# Maj7-heavy Jazz Songs



## Preciousyetvicious (Apr 15, 2013)

Hello there, jazz aficionados! Per my teacher's instructions, I am practicing Jazz comping using 7th chord inversions. Memorizing and applying one inversion at a time, I am up to using three Maj7 inversions, so I am looking for some Jazz tunes that have a bunch of Maj7s in them that I can practice with the iReal app.

I've already practiced the crap out of Dindi and Saga, so I'm just wondering if anyone could help me out in picking some new ones to add the the list.

Thanks!


----------



## Indigenous (Apr 15, 2013)

Bright Size Life comes to mind.


----------



## JPMike (Apr 20, 2013)

I would suggest you, get a Real Book and learn tunes from there. Like iReal but in a book. 

Also, most jazz standards are structured from iim7-V7-IMaj7. I would suggest to get down your basic dominant7, minor7 and major7 chords and then start learning tunes. 

The first tune it would be really easy to learn and play over is, "Mack the Knife". I don't really wanna suggest more tunes since you might get confused. The way you see chords can also include Maj7 chords in there, like as the same chord with tensions but rootless (if the root is being played by the bass). The possibilities are quite many.


----------



## fwd0120 (Apr 20, 2013)

Continuing on what JPMike was saying, a song I would recommend getting the chords down with is All the Things you are. It is one of the must-learn standards. jazzguitar.be has a good tutorial for the harmonic structure. In fact, I would check out that site for a lot of stuff. I also recommend picking up a few jazz CDs and find a real book.


----------



## JPMike (Apr 20, 2013)

fwd0120 said:


> Continuing on what JPMike was saying, a song I would recommend getting the chords down with is All the Things you are. It is one of the must-learn standards. jazzguitar.be has a good tutorial for the harmonic structure. In fact, I would check out that site for a lot of stuff. I also recommend picking up a few jazz CDs and find a real book.

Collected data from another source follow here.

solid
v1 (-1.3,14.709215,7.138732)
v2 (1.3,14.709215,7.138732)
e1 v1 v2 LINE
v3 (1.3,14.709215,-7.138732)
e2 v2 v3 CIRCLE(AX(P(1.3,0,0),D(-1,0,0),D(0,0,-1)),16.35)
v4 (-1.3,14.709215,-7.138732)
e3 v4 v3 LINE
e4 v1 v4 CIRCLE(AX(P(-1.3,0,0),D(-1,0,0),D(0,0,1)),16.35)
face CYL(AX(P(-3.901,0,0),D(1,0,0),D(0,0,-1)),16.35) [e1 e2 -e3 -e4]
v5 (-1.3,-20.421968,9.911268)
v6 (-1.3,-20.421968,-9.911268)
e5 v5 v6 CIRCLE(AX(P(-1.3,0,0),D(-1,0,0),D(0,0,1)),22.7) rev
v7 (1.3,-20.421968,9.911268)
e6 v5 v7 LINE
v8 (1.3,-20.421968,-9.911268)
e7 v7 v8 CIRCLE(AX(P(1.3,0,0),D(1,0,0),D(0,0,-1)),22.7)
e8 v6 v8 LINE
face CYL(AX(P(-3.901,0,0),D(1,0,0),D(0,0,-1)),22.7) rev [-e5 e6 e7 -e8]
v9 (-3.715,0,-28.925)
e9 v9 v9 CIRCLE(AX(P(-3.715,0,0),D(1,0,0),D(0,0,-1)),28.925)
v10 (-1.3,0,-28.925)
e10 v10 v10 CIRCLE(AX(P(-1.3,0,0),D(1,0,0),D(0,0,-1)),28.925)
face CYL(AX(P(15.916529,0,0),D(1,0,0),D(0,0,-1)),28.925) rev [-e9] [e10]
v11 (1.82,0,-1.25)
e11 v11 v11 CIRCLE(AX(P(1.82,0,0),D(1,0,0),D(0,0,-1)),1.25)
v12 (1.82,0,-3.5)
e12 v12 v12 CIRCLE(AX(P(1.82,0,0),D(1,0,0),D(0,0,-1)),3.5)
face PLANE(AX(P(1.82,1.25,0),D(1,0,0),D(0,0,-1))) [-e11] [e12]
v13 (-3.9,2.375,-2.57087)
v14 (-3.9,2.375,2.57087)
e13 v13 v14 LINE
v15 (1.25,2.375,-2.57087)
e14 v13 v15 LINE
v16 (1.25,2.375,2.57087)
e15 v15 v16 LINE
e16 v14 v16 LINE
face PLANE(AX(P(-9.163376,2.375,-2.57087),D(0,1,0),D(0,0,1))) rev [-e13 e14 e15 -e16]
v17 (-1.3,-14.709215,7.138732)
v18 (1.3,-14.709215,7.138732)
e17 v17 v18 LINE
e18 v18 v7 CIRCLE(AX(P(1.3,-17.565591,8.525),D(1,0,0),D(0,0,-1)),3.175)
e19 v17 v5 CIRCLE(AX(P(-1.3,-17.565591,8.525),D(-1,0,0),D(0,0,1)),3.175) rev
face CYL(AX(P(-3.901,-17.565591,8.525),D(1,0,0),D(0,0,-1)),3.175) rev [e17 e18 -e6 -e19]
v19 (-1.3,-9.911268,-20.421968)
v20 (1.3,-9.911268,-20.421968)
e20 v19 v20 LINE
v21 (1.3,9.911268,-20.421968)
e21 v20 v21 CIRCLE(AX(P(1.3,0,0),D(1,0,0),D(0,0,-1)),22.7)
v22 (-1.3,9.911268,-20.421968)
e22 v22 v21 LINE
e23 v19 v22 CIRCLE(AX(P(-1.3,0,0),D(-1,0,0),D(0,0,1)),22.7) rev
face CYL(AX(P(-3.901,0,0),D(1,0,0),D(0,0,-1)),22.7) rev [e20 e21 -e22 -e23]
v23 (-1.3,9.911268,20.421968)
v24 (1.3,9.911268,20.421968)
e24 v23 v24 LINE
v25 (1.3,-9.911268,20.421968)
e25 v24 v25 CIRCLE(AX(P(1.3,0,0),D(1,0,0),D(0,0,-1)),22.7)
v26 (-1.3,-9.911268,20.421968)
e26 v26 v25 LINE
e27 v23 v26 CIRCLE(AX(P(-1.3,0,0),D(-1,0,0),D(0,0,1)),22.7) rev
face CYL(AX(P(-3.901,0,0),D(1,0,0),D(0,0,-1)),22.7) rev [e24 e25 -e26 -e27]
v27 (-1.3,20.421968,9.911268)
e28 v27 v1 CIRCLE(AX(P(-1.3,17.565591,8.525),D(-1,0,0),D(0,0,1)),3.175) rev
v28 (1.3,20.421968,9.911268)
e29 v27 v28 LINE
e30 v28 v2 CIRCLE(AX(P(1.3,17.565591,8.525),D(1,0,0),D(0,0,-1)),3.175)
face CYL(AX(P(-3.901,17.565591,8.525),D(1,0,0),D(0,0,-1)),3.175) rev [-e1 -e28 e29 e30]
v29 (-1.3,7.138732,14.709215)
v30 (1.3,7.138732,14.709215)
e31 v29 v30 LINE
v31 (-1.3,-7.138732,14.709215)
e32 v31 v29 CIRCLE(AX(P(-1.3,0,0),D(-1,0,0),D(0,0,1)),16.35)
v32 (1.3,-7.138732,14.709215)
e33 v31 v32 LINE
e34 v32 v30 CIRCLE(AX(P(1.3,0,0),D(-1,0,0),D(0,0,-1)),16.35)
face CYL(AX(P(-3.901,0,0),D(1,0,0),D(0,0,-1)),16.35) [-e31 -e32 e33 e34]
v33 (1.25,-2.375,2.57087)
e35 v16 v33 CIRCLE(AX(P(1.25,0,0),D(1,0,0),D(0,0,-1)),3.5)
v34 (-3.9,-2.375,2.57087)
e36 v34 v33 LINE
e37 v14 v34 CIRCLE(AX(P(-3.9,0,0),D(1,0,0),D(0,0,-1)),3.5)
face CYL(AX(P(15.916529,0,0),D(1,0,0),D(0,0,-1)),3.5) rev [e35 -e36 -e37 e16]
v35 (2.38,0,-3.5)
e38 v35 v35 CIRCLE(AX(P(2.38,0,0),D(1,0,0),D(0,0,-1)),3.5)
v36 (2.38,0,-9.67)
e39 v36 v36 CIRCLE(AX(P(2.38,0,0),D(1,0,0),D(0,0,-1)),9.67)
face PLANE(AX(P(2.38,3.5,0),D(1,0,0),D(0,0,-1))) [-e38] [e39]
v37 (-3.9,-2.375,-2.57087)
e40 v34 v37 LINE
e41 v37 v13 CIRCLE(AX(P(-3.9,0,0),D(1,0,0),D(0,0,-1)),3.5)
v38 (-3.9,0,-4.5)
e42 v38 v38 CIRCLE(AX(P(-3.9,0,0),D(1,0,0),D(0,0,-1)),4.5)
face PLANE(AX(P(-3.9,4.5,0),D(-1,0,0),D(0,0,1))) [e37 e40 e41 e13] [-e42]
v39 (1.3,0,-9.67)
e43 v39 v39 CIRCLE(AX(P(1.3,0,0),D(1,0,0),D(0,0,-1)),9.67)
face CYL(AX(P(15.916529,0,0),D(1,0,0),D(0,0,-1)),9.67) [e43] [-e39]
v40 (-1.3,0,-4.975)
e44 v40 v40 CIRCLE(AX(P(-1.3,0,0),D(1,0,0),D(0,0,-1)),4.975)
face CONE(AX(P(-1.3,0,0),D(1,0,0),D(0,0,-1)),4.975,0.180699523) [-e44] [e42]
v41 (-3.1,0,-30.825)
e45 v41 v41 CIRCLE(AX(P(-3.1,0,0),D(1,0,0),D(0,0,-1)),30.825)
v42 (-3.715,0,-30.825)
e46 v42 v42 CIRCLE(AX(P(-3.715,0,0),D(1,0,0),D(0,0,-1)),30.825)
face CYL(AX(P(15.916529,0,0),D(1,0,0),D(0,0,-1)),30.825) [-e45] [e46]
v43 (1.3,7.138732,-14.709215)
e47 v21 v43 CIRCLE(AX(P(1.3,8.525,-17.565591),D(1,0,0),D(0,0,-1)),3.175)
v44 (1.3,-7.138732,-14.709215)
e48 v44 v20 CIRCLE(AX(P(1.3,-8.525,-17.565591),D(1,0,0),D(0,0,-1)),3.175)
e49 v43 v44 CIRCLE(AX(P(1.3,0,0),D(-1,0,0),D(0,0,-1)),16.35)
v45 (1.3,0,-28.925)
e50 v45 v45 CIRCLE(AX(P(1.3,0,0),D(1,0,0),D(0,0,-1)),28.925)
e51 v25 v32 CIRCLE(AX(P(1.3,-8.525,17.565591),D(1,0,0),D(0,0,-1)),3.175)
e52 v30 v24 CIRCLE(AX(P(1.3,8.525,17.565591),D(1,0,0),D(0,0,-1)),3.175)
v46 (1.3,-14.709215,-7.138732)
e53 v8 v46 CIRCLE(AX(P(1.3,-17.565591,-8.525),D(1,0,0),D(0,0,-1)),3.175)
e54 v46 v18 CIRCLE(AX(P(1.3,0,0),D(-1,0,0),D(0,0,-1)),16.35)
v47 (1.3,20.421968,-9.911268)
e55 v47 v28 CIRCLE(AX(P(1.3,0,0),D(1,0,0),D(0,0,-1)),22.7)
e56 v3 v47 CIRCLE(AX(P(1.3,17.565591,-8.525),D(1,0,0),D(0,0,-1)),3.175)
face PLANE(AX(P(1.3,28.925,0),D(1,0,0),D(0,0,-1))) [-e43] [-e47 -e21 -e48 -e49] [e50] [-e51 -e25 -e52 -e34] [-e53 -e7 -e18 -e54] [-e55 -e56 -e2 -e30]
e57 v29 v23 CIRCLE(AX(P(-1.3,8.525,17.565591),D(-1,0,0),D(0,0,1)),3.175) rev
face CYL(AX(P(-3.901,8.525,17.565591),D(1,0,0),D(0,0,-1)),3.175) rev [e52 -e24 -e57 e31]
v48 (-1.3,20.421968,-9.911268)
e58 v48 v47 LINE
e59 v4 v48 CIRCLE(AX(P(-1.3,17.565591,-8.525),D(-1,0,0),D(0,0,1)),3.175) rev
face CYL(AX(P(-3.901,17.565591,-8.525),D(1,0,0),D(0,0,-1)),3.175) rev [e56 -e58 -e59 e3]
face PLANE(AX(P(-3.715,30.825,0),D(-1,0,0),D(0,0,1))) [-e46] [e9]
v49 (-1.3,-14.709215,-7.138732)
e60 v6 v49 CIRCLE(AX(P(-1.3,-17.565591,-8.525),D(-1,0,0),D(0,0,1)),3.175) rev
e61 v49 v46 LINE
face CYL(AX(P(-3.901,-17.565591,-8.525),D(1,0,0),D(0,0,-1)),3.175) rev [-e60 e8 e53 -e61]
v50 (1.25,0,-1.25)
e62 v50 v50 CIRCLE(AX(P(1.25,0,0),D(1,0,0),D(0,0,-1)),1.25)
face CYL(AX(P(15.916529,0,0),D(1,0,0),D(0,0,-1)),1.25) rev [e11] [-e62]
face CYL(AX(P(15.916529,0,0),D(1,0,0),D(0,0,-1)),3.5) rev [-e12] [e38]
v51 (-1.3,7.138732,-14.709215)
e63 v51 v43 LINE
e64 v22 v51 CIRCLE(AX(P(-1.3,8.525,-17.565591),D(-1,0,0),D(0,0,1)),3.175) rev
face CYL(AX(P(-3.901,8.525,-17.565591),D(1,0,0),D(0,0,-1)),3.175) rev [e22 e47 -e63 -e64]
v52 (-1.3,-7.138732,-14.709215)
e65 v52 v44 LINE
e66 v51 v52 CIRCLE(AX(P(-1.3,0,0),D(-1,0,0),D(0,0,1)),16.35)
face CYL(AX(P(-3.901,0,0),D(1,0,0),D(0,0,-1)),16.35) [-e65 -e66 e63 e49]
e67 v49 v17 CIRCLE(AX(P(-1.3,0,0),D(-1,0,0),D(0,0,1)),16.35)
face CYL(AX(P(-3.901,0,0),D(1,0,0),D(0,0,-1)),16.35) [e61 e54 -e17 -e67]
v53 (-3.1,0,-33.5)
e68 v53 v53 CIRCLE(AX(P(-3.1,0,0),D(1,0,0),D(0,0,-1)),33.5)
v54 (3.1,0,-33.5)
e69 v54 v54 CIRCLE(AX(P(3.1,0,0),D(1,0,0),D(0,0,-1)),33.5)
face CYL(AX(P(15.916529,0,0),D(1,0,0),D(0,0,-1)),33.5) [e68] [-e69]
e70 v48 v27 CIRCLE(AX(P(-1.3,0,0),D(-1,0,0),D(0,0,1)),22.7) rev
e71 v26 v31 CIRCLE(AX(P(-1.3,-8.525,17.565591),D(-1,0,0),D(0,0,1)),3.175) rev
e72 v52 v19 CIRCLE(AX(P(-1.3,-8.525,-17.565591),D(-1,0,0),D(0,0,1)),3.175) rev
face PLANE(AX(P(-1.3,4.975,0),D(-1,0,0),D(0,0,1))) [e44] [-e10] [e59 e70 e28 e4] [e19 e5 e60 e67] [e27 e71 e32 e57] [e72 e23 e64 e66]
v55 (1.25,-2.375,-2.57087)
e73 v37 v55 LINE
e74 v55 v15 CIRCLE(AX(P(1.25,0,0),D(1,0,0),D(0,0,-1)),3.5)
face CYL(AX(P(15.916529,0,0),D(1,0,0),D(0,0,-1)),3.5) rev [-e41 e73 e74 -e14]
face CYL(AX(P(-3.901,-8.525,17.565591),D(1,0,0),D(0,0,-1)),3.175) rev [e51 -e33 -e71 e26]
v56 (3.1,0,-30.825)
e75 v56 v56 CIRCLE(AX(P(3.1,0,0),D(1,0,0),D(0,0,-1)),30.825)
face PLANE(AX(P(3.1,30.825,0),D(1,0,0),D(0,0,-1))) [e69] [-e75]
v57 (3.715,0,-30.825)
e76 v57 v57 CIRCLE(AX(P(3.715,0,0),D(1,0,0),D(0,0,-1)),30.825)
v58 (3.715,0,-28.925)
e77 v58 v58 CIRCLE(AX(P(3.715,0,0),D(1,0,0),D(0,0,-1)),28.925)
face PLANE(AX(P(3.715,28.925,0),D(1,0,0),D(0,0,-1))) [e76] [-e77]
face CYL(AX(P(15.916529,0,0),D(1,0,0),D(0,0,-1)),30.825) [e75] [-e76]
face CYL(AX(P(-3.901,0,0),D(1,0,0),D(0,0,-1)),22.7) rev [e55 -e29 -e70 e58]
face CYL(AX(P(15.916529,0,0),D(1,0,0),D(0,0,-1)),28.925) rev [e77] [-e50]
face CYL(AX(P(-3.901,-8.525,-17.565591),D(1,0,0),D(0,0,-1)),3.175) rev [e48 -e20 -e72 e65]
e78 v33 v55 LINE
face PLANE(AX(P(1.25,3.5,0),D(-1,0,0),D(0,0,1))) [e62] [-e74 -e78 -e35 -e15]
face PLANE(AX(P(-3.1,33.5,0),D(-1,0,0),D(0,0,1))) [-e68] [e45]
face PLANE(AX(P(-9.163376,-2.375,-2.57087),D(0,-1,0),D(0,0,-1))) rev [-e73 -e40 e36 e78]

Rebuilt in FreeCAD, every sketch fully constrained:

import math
import FreeCAD as App
import Part
import Sketcher

doc = App.newDocument("Part")
params = doc.addObject("Spreadsheet::Sheet", "Params")
for row, (alias, value) in enumerate([
    ("sketch1_height", "1 mm"),
    ("sketch1_width", "6.2 mm"),
    ("sketch1_height2", "1.9 mm"),
    ("sketch1_width2", "1.08 mm"),
    ("sketch1_width3", "5.15 mm"),
    ("revolution_angle", "360 deg"),
    ("sketch2_radius", "22.7 mm"),
    ("sketch2_radius2", "16.35 mm"),
    ("sketch3_radius", "22.7 mm"),
    ("sketch3_radius2", "16.35 mm"),
    ("sketch4_radius", "22.7 mm"),
    ("sketch4_radius2", "16.35 mm"),
    ("sketch5_radius", "22.7 mm"),
    ("sketch5_radius2", "16.35 mm"),
    ("sketch6_radius", "3.5 mm"),
    ("pad1_length", "5.15 mm"),
], start=1):
    params.set(f"A{row}", alias)
    params.set(f"B{row}", "=" + value)
    params.setAlias(f"B{row}", alias)

body = doc.addObject("PartDesign::Body", "Body")

# Sketch on XY plane
sketch1 = doc.addObject("Sketcher::SketchObject", "Sketch")
body.addObject(sketch1)
sketch1.AttachmentSupport = (doc.XY_Plane, [""])
sketch1.MapMode = "FlatFace"
sketch1.addGeometry([
    Part.LineSegment(App.Vector(2.4, 3.5, 0), App.Vector(2.4, 9.7, 0)),  # 0
    Part.LineSegment(App.Vector(2.4, 9.7, 0), App.Vector(1.3, 9.7, 0)),  # 1
    Part.LineSegment(App.Vector(1.3, 9.7, 0), App.Vector(1.3, 28.9, 0)),  # 2
    Part.LineSegment(App.Vector(1.3, 28.9, 0), App.Vector(3.7, 28.9, 0)),  # 3
    Part.LineSegment(App.Vector(3.7, 28.9, 0), App.Vector(3.7, 30.8, 0)),  # 4
    Part.LineSegment(App.Vector(3.7, 30.8, 0), App.Vector(3.1, 30.8, 0)),  # 5
    Part.LineSegment(App.Vector(3.1, 30.8, 0), App.Vector(3.1, 33.5, 0)),  # 6
    Part.LineSegment(App.Vector(3.1, 33.5, 0), App.Vector(-3.1, 33.5, 0)),  # 7
    Part.LineSegment(App.Vector(-3.1, 33.5, 0), App.Vector(-3.1, 30.8, 0)),  # 8
    Part.LineSegment(App.Vector(-3.1, 30.8, 0), App.Vector(-3.7, 30.8, 0)),  # 9
    Part.LineSegment(App.Vector(-3.7, 30.8, 0), App.Vector(-3.7, 28.9, 0)),  # 10
    Part.LineSegment(App.Vector(-3.7, 28.9, 0), App.Vector(-1.3, 28.9, 0)),  # 11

I would recommend it, but it's a 32-bar song, not easy to remember especially as a beginner. 


Btw, are u a member in jazzguitar.be?


----------



## fwd0120 (Apr 20, 2013)

JPMike said:


> I would recommend it, but it's a 32-bar song, not easy to remember especially as a beginner.
> 
> 
> Btw, are u a member in jazzguitar.be?



Good point, it is pretty long, especially for a beginner... I probably got in over my head when it was the first tune I learned, but I don't regret it.  I'll check my copy of the RB and see if I can remember something that would work for him.

OP - you may find some good songs on youtube as well.

Btw, I'm not actually a member, but I frequent the site pretty often since I decided to learn last summer.


----------



## Trespass (Apr 21, 2013)

All The Things You Are is not a "long song".

A long song to me is one that has a difficult to remember structure.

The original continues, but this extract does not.